Dataset entries
━━━━━━━━
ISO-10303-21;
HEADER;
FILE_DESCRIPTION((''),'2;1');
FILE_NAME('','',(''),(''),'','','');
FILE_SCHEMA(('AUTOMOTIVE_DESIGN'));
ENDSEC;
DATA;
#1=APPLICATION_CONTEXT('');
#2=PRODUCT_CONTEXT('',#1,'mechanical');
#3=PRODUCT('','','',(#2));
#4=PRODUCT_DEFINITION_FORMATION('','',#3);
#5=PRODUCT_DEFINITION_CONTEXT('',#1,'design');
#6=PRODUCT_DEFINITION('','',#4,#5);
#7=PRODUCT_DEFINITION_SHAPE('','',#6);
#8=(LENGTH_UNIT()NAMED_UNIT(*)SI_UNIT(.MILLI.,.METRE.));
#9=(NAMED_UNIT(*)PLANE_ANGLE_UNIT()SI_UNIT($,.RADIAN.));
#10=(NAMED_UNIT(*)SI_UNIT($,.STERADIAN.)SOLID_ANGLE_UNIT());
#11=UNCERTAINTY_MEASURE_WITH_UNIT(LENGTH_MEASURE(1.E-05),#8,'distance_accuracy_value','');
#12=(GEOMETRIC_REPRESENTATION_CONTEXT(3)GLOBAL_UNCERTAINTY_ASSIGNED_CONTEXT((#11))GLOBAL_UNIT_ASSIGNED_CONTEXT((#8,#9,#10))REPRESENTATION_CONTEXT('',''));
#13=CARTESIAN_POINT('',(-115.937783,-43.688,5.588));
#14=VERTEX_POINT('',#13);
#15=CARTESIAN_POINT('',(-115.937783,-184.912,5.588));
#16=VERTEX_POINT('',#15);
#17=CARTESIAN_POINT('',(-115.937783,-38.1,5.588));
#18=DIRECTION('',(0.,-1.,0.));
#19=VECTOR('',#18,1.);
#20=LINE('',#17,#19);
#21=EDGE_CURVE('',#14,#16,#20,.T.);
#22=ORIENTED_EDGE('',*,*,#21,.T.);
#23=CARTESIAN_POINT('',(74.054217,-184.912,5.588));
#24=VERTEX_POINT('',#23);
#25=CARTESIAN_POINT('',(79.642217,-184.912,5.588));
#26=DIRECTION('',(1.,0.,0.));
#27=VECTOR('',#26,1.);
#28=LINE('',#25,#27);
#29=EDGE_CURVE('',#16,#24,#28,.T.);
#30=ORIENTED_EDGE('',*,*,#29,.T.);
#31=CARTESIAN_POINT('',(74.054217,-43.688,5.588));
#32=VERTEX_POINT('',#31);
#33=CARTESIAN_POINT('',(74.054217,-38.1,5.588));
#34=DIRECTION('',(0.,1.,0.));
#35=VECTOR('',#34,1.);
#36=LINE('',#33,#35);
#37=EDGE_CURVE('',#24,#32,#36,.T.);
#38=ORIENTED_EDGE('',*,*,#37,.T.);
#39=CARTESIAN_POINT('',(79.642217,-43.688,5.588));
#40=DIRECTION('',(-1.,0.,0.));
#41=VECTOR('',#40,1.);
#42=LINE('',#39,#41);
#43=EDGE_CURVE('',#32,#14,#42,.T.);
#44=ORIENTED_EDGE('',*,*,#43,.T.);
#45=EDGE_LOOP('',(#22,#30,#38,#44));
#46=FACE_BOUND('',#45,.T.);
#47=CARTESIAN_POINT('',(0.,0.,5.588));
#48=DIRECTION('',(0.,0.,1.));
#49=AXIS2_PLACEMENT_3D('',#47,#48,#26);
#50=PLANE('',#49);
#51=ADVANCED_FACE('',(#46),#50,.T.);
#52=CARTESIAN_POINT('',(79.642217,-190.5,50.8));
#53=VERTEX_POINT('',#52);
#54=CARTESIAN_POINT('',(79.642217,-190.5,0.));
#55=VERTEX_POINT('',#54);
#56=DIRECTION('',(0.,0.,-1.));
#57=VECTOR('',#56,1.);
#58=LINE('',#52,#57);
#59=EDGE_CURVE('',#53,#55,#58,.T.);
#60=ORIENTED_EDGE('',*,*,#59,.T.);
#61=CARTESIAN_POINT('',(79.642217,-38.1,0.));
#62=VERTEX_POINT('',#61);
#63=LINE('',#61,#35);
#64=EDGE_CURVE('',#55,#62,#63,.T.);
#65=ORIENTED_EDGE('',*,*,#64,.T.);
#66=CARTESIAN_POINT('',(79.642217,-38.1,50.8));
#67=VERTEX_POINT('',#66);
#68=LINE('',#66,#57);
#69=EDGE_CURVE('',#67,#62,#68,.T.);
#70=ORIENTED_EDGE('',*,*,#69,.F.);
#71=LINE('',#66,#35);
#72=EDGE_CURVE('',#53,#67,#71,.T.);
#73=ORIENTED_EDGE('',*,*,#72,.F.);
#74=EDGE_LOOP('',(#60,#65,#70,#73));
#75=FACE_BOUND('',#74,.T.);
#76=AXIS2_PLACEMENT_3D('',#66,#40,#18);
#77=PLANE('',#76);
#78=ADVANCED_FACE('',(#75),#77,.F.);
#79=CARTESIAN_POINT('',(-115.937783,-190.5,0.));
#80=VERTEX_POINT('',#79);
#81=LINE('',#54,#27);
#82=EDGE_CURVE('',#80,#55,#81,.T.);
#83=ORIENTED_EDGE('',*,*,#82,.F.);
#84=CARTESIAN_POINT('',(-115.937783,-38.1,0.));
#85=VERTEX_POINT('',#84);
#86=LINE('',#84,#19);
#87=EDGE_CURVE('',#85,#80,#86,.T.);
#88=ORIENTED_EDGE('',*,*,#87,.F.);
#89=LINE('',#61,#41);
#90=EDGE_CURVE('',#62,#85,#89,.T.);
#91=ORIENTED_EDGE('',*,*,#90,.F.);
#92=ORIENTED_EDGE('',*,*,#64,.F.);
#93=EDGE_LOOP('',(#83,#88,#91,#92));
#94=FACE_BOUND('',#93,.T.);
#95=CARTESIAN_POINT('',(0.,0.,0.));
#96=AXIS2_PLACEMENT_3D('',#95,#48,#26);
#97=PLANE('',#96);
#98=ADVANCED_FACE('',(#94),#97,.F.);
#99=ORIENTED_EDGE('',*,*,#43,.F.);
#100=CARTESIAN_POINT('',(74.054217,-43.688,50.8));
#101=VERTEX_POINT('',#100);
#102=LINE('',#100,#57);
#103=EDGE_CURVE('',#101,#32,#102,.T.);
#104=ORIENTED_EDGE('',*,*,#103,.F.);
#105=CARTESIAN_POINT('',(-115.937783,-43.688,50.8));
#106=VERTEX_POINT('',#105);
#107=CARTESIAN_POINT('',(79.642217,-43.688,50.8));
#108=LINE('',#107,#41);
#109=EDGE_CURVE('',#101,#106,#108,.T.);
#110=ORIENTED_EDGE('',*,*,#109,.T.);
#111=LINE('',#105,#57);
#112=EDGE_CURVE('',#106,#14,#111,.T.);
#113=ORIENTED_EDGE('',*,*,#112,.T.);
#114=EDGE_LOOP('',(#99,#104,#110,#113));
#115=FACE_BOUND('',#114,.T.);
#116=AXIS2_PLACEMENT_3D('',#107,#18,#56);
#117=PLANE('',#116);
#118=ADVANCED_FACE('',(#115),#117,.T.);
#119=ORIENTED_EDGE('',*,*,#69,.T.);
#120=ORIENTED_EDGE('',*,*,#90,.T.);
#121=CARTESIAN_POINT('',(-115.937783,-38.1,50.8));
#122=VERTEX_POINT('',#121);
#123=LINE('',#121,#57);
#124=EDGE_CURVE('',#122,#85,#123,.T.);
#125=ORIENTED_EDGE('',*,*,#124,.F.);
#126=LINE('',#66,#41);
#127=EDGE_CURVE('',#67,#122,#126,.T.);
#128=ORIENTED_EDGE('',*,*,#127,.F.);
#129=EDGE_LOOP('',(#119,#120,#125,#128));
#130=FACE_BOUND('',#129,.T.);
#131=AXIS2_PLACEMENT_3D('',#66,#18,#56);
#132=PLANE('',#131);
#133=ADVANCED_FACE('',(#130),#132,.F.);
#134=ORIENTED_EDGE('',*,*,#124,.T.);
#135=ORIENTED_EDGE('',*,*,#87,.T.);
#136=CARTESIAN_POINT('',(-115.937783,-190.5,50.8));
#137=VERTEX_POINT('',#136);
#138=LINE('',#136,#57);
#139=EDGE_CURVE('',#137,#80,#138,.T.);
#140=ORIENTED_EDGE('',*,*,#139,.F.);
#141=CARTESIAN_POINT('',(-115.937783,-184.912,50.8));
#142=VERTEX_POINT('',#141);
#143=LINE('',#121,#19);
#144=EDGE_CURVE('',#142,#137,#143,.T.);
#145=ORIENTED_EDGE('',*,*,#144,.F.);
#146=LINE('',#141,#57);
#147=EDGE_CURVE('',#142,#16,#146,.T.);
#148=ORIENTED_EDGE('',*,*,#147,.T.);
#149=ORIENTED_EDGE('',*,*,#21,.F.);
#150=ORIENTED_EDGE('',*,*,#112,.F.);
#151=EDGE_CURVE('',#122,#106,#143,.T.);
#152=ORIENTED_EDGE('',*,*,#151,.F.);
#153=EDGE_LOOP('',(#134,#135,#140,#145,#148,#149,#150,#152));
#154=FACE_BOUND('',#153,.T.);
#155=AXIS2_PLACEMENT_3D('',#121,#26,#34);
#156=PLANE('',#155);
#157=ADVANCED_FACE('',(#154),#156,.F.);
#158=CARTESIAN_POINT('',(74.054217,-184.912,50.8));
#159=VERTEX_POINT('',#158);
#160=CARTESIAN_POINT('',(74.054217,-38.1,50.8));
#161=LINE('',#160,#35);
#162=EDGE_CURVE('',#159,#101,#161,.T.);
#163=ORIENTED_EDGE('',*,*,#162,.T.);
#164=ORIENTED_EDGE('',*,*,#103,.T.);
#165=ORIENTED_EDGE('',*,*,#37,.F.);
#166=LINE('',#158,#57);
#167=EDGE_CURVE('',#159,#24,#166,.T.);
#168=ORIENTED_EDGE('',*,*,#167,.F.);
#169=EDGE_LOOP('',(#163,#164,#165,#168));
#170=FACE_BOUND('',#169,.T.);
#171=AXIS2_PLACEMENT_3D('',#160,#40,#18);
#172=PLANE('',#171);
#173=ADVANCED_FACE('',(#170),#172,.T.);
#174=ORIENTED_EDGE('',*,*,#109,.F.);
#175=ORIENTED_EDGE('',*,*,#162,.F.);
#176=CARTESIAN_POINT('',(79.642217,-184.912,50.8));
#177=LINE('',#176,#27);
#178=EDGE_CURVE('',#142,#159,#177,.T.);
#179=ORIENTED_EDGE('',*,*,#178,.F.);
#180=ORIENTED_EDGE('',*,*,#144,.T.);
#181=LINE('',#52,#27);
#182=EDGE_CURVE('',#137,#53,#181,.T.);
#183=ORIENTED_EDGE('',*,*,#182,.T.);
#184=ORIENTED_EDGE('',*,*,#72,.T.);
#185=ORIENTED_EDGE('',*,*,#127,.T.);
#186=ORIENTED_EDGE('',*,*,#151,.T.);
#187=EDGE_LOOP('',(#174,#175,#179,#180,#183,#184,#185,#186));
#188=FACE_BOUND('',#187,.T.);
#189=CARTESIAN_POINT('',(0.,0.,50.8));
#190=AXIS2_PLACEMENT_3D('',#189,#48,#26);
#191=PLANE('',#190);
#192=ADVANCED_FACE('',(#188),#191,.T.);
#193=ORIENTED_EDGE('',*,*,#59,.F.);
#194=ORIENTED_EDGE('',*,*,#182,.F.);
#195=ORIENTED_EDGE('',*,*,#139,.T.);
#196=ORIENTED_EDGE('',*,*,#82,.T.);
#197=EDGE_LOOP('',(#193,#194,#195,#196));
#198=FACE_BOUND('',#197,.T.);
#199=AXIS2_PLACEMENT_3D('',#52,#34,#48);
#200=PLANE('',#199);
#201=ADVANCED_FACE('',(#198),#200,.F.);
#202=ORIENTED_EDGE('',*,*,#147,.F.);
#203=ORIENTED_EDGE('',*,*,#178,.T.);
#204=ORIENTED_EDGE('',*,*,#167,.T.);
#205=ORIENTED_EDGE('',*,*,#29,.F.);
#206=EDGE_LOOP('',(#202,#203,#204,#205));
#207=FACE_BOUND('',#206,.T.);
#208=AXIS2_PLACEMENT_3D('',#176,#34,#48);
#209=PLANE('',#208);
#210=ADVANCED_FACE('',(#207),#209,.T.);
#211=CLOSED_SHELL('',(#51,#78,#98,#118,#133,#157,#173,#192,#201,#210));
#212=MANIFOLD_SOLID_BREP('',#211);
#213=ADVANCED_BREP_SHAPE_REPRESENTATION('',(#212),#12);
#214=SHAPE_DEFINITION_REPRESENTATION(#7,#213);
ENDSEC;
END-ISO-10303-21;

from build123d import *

# Parameters (mm, degrees)
SKETCH2_W           = 152.4
SKETCH2_H           = 195.58
BOSS_EXTRUDE1_DEPTH = 50.8
SHELL1_T            = -5.588


with BuildPart() as part:
    # Sketch2 → Boss-Extrude1 (new body)
    with BuildSketch(Plane(origin=(0, 0, 0), x_dir=(0, 1, 0), z_dir=(0, 0, 1))):
        with Locations((-114.3, 18.147782805)):
            Rectangle(SKETCH2_W, SKETCH2_H)
    extrude(amount=BOSS_EXTRUDE1_DEPTH)

    # Shell1
    shell1_openings = [part.faces().sort_by_distance(p)[0] for p in [
        (-18.147782805, -114.3, 50.8),
        (-115.937782805, -114.3, 25.4),
    ]]
    offset(amount=SHELL1_T, openings=shell1_openings, kind=Kind.INTERSECTION)


solid = part.part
━━━━━━━━
## YOUR GOAL
Return, with no change at all, every line in the entries above from the line containing "#174=ORIENTED_EDGE('',*,*,#109,.F.);" through the line containing "#190=AXIS2_PLACEMENT_3D('',#189,#48,#26);".

## EXERCISE ANSWER
#174=ORIENTED_EDGE('',*,*,#109,.F.);
#175=ORIENTED_EDGE('',*,*,#162,.F.);
#176=CARTESIAN_POINT('',(79.642217,-184.912,50.8));
#177=LINE('',#176,#27);
#178=EDGE_CURVE('',#142,#159,#177,.T.);
#179=ORIENTED_EDGE('',*,*,#178,.F.);
#180=ORIENTED_EDGE('',*,*,#144,.T.);
#181=LINE('',#52,#27);
#182=EDGE_CURVE('',#137,#53,#181,.T.);
#183=ORIENTED_EDGE('',*,*,#182,.T.);
#184=ORIENTED_EDGE('',*,*,#72,.T.);
#185=ORIENTED_EDGE('',*,*,#127,.T.);
#186=ORIENTED_EDGE('',*,*,#151,.T.);
#187=EDGE_LOOP('',(#174,#175,#179,#180,#183,#184,#185,#186));
#188=FACE_BOUND('',#187,.T.);
#189=CARTESIAN_POINT('',(0.,0.,50.8));
#190=AXIS2_PLACEMENT_3D('',#189,#48,#26);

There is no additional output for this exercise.